2

I have an HP DL380p Gen8 running Ubuntu 14.04 and apparently it's been having some trouble with its RAID10 filesystem for almost a month, despite everything seeming to be okay otherwise. I'm seeing a lot of these messages in dmesg/syslog/etc. though the hex values in the Read lines do vary a bit.

Nov 18 08:09:25 server03 kernel: sd 2:0:0:1: [sdb]  
Nov 18 08:09:25 server03 kernel: Result: hostbyte=DID_OK driverbyte=DRIVER_SENSE
Nov 18 08:09:25 server03 kernel: sd 2:0:0:1: [sdb]  
Nov 18 08:09:25 server03 kernel: Sense Key : Medium Error [current] 
Nov 18 08:09:25 server03 kernel: sd 2:0:0:1: [sdb]  
Nov 18 08:09:25 server03 kernel: Add. Sense: Unrecovered read error
Nov 18 08:09:25 server03 kernel: sd 2:0:0:1: [sdb] CDB: 
Nov 18 08:09:25 server03 kernel: Read(16): 88 00 00 00 00 03 f8 48 f5 38 00 00 00 80 00 00

The iLO and hpssacli both report all disks are fine and the filesystem is not read-only. The /dev/sdb device is a RAID10 using the server's RAID controller, consisting of 20 x 900 GB disks.

This is a production server and while I've rebooted it once to try to clear this up, I'm reluctant to try an fsck without trying to determine what these messages mean when there are no other apparent issues.

So, any thoughts on what might be wrong here?

  • 5
    That disk is plainly _not_ fine. – Michael Hampton Dec 14 '15 at 21:51
  • Something is wrong, certainly, but so far everything I've looked at indicates nothing is wrong from a hardware perspective. I'll update the post with the RAID disk layout. Looking for other suggestions to narrow down the problem, whether it may be in the RAID itself or one of the disks and the controller just can't detect it for some reason. –  Dec 14 '15 at 22:01

2 Answers2

2

Okay, I'll answer with the normal troubleshooting techniques, but here's my disclaimer:

  • I really don't advocate running Ubuntu on bare metal hardware; especially HP ProLiant systems.
  • The support ecosystem is just not there for Ubuntu when it comes to HP systems, drivers, monitoring and value-add software.
  • The HP firmware packages are not built for Ubuntu, so god knows what firmware revisions you're running on.
  • Ubuntu tends to introduce some quirky bugs that I never see with more commercial Linux distributions.

Please provide the following in your question or a separate pastebin.

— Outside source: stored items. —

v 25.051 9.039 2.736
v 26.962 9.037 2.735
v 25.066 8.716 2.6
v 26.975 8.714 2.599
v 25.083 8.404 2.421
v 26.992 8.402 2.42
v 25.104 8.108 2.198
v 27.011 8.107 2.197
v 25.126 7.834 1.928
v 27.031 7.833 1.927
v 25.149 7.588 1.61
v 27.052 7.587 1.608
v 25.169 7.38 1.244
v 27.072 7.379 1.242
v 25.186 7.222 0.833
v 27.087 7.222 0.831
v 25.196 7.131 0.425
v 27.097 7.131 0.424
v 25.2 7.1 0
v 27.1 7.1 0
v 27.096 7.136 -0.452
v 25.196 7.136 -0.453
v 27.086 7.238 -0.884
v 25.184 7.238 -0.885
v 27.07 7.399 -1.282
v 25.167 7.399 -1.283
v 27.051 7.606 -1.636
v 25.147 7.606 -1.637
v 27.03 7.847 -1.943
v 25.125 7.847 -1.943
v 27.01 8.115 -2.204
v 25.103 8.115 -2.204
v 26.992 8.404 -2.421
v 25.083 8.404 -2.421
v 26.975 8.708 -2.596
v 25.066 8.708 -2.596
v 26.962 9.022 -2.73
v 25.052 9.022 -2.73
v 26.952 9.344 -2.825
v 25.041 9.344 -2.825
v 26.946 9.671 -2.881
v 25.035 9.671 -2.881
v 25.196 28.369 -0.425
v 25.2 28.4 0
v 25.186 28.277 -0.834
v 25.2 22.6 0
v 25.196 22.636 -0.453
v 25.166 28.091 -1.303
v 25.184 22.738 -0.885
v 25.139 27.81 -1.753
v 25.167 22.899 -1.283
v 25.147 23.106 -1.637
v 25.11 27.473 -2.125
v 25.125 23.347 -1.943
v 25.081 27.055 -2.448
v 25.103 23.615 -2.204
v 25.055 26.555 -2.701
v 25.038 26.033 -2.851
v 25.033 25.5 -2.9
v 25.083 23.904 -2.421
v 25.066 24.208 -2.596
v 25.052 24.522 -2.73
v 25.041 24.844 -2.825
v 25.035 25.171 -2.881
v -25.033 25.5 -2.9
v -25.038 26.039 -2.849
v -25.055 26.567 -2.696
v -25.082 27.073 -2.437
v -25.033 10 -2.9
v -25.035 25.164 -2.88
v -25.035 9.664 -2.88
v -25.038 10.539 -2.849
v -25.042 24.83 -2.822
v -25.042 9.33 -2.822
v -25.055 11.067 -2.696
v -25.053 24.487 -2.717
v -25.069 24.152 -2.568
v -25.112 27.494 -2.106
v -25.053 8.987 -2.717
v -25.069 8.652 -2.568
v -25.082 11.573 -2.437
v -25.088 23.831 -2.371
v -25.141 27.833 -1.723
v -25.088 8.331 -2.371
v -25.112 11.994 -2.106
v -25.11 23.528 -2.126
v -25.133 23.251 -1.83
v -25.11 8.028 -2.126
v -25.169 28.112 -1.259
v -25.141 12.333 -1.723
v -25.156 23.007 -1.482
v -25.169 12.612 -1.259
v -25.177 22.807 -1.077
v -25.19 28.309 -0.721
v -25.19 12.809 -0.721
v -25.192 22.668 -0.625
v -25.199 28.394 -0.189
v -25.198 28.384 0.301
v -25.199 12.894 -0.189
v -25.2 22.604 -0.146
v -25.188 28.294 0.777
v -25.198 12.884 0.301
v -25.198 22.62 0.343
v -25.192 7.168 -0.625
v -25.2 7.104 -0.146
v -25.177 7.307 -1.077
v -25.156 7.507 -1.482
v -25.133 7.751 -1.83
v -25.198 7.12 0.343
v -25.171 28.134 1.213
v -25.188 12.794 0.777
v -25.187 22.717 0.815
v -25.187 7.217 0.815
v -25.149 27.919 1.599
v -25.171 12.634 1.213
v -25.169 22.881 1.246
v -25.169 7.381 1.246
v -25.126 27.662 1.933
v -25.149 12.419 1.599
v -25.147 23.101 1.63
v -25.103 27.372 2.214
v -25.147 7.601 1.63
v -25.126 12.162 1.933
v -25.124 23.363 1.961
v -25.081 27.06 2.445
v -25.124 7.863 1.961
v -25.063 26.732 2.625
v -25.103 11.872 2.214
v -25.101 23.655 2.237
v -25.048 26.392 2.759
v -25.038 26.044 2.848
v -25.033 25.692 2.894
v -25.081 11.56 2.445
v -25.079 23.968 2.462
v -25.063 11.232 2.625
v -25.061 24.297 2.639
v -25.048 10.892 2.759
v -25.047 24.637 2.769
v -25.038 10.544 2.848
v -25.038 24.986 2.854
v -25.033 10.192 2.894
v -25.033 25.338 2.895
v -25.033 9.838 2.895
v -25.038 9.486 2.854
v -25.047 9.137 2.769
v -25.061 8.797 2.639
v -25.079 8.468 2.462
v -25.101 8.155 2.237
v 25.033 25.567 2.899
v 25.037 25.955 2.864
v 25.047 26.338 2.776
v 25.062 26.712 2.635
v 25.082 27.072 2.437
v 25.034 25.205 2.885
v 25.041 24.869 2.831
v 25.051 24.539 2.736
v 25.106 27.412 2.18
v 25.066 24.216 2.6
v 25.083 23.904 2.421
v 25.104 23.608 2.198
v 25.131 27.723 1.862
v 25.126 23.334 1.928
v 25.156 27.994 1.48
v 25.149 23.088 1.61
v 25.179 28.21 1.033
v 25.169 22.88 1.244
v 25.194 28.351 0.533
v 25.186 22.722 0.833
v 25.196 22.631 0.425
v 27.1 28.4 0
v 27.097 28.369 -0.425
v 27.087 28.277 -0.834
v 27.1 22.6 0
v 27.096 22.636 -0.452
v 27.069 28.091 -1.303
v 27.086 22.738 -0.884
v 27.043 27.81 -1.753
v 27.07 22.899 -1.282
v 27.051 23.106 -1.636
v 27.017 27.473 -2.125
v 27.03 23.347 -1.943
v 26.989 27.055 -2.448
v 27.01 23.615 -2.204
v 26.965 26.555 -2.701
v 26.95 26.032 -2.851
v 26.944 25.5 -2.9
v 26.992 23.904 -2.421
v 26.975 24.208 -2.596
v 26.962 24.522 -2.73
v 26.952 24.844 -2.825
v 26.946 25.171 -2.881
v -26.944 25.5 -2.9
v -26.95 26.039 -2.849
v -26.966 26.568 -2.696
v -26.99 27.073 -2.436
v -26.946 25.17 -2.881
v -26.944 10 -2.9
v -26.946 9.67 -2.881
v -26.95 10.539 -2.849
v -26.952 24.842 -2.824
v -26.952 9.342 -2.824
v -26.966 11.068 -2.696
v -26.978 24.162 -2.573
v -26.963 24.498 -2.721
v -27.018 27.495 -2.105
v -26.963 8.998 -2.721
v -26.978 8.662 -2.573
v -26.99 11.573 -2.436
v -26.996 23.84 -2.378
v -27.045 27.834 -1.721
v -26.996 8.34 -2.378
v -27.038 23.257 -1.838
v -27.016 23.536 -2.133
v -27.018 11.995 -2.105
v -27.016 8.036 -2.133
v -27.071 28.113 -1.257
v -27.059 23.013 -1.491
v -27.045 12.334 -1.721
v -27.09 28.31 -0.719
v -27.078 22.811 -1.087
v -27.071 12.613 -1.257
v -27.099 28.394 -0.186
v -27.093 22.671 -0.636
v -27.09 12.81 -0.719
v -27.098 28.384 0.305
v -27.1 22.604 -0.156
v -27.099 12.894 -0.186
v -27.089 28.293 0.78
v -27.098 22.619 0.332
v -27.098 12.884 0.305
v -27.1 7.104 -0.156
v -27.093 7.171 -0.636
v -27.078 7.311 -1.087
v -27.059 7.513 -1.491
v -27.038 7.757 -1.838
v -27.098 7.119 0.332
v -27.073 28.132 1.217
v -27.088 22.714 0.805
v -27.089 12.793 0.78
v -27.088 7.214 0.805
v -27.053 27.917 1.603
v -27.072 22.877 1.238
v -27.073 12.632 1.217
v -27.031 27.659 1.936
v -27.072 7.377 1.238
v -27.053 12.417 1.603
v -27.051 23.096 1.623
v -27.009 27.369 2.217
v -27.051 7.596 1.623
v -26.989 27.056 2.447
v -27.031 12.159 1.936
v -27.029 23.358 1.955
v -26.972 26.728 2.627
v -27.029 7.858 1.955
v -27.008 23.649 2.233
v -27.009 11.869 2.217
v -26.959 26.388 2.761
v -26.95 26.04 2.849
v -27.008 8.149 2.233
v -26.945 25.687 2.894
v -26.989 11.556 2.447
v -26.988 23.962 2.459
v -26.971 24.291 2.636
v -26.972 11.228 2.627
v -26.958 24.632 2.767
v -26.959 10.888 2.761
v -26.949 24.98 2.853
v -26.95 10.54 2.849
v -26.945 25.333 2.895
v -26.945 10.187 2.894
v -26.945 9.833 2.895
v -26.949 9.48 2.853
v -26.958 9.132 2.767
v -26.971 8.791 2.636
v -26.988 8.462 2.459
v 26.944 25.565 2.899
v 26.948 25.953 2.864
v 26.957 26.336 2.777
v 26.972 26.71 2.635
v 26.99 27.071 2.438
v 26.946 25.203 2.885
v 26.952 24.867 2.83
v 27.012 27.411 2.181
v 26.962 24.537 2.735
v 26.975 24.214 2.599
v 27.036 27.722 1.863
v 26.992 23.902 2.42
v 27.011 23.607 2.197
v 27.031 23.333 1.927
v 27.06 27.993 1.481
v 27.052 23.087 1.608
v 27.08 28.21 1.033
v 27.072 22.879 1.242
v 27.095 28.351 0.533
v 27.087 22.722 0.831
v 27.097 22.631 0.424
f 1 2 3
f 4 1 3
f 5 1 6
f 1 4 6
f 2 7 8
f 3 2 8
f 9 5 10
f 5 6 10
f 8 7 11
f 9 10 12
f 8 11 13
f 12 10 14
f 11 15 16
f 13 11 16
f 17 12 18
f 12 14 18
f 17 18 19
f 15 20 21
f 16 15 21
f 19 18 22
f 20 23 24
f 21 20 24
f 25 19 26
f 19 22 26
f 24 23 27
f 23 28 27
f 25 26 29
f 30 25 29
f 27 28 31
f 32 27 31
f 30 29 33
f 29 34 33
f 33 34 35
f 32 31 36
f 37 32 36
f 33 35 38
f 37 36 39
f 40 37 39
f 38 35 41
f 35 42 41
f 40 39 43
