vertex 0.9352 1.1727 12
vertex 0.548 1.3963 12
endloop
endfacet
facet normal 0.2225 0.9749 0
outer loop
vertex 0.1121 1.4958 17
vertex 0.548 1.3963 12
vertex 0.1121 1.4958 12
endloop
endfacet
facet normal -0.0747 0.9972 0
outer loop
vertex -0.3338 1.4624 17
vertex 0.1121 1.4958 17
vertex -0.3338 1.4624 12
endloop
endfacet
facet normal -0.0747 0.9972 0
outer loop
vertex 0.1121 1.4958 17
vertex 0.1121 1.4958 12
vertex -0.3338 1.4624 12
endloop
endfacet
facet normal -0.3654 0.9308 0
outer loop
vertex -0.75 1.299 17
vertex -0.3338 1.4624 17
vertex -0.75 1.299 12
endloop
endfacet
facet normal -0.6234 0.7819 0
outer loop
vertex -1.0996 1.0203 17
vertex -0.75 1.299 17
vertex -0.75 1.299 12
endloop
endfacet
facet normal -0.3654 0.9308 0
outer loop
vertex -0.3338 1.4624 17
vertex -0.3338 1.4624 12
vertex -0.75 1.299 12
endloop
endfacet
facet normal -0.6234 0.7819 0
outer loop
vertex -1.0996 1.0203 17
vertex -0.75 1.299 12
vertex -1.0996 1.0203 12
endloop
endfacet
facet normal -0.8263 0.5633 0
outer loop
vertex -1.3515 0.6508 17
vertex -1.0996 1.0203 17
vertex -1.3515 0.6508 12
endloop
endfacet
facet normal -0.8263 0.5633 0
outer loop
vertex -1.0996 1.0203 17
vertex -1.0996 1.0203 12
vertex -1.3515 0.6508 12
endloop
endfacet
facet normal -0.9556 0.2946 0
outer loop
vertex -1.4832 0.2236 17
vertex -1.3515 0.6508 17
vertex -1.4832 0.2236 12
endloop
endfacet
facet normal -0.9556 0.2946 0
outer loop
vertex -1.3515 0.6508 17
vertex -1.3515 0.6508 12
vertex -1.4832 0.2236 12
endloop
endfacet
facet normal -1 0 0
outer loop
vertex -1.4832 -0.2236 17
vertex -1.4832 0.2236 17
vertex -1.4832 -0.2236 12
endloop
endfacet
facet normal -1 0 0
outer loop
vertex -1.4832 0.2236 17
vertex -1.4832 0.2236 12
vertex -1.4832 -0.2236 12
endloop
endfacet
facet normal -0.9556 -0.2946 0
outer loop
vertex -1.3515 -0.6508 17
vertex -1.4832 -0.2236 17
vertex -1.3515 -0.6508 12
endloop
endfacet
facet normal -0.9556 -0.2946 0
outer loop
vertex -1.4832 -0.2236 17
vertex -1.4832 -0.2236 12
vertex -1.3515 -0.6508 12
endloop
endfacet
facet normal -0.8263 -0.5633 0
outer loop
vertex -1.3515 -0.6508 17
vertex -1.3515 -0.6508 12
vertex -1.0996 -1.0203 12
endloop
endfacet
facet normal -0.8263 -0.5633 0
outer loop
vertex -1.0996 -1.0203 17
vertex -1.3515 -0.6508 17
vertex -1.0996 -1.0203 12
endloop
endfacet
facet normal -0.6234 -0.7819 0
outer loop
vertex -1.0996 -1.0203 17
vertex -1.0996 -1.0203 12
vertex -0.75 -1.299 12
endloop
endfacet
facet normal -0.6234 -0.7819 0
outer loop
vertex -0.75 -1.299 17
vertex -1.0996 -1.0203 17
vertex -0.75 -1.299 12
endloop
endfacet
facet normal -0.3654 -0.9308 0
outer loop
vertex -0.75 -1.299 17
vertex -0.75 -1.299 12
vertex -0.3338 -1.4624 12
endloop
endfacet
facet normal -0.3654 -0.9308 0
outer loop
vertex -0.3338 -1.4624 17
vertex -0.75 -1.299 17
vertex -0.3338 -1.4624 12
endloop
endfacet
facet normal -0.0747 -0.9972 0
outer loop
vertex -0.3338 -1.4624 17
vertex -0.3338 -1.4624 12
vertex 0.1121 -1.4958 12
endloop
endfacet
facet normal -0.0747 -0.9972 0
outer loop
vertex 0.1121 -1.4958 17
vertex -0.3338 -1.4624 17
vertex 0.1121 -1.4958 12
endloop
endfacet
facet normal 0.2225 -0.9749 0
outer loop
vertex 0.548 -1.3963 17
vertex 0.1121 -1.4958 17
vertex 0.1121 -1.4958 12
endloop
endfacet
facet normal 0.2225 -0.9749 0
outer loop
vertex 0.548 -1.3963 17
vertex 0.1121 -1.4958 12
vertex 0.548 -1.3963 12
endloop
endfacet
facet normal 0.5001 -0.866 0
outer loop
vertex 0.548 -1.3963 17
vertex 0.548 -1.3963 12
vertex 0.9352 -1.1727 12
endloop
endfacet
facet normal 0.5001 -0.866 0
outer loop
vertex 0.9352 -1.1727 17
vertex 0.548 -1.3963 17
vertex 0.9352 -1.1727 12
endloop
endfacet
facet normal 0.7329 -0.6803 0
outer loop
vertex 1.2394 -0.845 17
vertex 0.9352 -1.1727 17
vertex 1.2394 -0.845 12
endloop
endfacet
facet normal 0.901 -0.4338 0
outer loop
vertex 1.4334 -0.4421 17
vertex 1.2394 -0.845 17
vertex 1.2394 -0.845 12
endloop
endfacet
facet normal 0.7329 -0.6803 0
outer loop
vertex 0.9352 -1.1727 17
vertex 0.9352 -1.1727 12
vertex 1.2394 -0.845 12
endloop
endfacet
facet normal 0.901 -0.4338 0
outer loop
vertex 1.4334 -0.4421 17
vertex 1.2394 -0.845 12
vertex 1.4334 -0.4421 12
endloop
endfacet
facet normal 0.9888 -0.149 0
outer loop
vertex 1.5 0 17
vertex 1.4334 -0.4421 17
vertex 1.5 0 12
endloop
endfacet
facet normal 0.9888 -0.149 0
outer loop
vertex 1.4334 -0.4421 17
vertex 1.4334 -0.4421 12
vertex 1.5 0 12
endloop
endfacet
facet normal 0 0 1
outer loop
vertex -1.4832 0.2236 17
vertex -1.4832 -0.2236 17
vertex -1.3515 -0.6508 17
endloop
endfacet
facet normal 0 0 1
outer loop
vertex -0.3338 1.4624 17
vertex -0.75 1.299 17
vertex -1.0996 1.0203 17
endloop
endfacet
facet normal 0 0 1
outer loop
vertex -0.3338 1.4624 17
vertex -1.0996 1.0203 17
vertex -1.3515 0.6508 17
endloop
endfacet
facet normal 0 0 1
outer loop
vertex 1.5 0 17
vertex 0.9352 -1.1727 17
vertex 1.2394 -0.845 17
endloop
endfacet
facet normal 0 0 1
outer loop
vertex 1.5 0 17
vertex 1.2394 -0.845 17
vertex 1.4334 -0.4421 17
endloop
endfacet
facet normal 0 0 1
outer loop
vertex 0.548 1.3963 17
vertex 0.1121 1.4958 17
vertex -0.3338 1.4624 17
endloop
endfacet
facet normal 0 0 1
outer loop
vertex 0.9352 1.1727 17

  • I'd like the output of hpssacli ctrl all show config.
  • I'd like the output of hpssacli ctrl all show config detail.
  • Please give the output of df -h and fdisk -l.
  • Please post the output of lsscsi.

Since you're on Ubuntu, you probably don't have the HP Management Agents installed. While hpssacli can provide a spot check of the array health, the hp-snmp-agents package is what provides actual continuous monitoring.

If you do have some of the HP Health Agents installed, please run hplog -v to extract the IML log.


My guess is that you're running an HP ProLiant DL380p Gen8 25-bay SFF server. Unpatched, many of those units suffered from Smart Array controller and controller cache failures. There are also some critical expander backplane updates that need to be run on that platform.

ewwhite
  • 194,921
  • 91
  • 434
  • 799
  • I have pasted all requested output at http://pastebin.com/xv37rawG. I do need to review the firmware on this server and the others in the database cluster. I am curious, though, as to your further thoughts on Ubuntu and HP. We could discuss that through a private channel if you're so inclined. –  Dec 15 '15 at 19:20
  • Did you know you lost disks in July and November? – ewwhite Dec 15 '15 at 19:56
  • Yes, via email alerts from the iLO, and we had our on-site people replace them with new ones from HP. –  Dec 15 '15 at 20:01
  • The RAID controller should be on [firmware 6.68](http://h20566.www2.hpe.com/hpsc/swd/public/detail?sp4ts.oid=5194969&swItemId=MTX_96d4648b5e214cbb8c904dfda7&swEnvOid=4103#tab-history)... Everything else looks good. this may be an Ubuntu or `hpsa` driver problem. Are you on a current kernel? – ewwhite Dec 15 '15 at 20:07
  • No, It's on kernel 3.13.0-32 while the latest 14.04 kernel in the repo is 3.16.0-55. It's a bit of an ordeal to schedule an upgrade of the server since it's in a live 10-node database cluster. –  Dec 15 '15 at 20:37
0

I ended up fixing this by unmounting and recreating the filesystem and I've not seen any error messages since re-enabling the database application on the server, even after it recreated nearly 4 TB of data from other cluster nodes. (I'm wondering if the past disk replacements in this server somehow contributed to the filesystem getting corrupted.)